• **Stored items**:
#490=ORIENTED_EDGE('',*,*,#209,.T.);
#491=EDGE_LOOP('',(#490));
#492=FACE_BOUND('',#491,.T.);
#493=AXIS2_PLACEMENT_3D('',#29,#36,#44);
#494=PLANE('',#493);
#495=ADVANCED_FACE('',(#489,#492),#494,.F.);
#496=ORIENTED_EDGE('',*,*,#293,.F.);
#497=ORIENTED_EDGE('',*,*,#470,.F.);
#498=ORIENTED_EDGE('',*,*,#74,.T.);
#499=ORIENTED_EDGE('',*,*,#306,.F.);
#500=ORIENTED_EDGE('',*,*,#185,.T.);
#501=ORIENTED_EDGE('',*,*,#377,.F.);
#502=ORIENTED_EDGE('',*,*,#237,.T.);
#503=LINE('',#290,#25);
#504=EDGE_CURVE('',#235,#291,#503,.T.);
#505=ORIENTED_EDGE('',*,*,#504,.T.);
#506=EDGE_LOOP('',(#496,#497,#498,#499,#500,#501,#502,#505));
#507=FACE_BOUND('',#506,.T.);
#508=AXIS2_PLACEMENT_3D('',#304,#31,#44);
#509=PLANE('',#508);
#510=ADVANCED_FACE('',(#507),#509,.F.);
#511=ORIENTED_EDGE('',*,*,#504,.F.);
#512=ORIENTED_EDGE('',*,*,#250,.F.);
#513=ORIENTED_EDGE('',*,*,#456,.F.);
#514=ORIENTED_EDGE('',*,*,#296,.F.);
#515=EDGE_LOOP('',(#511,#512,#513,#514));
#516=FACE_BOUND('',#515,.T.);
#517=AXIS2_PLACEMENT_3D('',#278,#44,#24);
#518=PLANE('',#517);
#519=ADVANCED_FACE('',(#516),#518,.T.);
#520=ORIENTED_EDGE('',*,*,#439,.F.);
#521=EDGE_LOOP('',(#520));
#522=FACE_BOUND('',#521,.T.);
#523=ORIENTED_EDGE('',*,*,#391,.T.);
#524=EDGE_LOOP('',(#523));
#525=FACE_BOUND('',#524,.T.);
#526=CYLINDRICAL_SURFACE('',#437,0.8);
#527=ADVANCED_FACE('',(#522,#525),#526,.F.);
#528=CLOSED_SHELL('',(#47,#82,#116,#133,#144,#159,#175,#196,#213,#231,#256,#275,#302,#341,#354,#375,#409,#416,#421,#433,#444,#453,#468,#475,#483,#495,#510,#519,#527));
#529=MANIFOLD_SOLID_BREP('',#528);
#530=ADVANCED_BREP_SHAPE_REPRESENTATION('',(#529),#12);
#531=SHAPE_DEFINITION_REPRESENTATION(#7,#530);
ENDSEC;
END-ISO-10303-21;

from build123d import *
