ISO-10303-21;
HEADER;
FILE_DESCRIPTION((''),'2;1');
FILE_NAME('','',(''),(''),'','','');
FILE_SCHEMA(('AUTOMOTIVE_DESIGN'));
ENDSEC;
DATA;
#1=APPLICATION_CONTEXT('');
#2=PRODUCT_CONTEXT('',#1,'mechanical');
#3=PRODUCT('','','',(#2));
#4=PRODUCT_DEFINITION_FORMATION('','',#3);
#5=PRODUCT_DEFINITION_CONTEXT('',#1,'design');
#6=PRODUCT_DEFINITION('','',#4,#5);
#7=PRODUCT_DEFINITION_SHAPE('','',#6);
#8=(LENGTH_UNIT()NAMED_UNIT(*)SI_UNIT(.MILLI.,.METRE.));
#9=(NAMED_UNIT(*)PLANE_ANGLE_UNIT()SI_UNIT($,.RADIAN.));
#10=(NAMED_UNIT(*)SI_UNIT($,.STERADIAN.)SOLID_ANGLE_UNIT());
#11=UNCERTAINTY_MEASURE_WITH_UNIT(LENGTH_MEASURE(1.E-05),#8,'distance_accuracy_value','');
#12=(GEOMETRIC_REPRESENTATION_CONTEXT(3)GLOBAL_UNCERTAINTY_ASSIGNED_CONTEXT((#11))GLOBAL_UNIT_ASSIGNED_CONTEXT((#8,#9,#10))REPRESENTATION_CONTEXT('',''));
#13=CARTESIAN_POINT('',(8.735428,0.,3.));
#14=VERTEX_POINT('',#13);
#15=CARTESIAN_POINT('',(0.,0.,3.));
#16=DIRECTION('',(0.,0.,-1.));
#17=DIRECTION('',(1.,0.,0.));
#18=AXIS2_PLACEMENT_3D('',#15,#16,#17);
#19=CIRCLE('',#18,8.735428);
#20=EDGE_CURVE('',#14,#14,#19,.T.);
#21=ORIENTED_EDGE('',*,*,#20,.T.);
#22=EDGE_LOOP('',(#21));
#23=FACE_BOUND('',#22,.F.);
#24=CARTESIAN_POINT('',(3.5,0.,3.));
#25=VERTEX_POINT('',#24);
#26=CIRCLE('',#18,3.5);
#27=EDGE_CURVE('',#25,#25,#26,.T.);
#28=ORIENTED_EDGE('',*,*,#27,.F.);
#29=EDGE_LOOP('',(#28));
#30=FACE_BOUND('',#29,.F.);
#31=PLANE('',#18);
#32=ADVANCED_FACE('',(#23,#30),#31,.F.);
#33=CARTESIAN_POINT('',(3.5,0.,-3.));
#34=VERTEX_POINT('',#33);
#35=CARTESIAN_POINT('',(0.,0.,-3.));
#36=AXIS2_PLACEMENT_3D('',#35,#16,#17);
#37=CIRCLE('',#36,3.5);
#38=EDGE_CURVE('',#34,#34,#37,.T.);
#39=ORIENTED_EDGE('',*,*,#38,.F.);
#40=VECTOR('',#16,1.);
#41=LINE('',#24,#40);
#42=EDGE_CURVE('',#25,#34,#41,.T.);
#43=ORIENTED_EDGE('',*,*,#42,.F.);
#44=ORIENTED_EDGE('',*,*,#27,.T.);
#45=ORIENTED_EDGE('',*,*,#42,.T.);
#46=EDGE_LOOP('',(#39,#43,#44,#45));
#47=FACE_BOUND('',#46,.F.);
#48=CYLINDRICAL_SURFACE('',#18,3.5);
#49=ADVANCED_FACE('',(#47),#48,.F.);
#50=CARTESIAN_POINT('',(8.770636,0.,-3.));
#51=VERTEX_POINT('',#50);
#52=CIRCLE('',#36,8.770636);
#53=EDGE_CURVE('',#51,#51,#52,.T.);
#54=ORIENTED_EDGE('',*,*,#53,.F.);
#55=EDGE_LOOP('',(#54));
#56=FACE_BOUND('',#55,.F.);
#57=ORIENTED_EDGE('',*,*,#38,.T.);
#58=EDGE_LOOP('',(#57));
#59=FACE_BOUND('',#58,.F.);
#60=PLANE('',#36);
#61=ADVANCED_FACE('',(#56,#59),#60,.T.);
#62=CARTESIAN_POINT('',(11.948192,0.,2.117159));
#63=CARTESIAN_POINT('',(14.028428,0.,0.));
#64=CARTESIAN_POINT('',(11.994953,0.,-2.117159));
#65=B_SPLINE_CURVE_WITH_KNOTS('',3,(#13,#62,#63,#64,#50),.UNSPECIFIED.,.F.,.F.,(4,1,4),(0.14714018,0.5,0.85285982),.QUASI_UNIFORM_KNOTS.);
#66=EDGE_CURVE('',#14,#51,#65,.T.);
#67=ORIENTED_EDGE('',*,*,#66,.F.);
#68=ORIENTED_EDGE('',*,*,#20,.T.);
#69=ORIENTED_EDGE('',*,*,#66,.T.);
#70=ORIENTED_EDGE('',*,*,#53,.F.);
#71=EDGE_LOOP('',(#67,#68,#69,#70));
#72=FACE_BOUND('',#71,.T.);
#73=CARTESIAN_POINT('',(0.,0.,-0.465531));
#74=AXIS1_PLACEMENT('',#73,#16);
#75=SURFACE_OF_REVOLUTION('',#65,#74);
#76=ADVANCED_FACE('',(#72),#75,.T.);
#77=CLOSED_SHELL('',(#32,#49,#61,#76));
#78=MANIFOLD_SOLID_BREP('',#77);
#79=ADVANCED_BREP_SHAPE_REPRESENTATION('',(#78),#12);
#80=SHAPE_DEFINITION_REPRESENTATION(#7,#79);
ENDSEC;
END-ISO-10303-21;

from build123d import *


with BuildPart() as f1:
    # F0 (on Front) → F1 (revolve)
    with BuildSketch(Plane.XZ):
        with BuildLine():
            Line((8.7354283251, 3), (3.5, 3))
            Line((3.5, 3), (3.5, -3))
            Line((3.5, -3), (8.7706364592, -3))
            add(Edge.make_bspline(
                [(8.7354283251, 3), (11.9481916375, 2.1171589192), (14.0284279146, 0), (11.9949525333, -2.1171589192), (8.7706364592, -3)],
                knots=[0.1471401801, 0.1471401801, 0.1471401801, 0.1471401801, 0.5, 0.8528598199, 0.8528598199, 0.8528598199, 0.8528598199], degree=3))
        make_face()
    revolve(axis=Axis((0, 0, -0.4655305529), (0, 0, -1)))


solid = f1.part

• **Your objective**: Take the stretch of lines above from the one containing "#520=ORIENTED_EDGE('',*,*,#439,.F.);" through the one containing "#527=ADVANCED_FACE('',(#522,#525),#526,.F.);" and repeat it exactly, adding no other line.

• **Your solution**:
#520=ORIENTED_EDGE('',*,*,#439,.F.);
#521=EDGE_LOOP('',(#520));
#522=FACE_BOUND('',#521,.T.);
#523=ORIENTED_EDGE('',*,*,#391,.T.);
#524=EDGE_LOOP('',(#523));
#525=FACE_BOUND('',#524,.T.);
#526=CYLINDRICAL_SURFACE('',#437,0.8);
#527=ADVANCED_FACE('',(#522,#525),#526,.F.);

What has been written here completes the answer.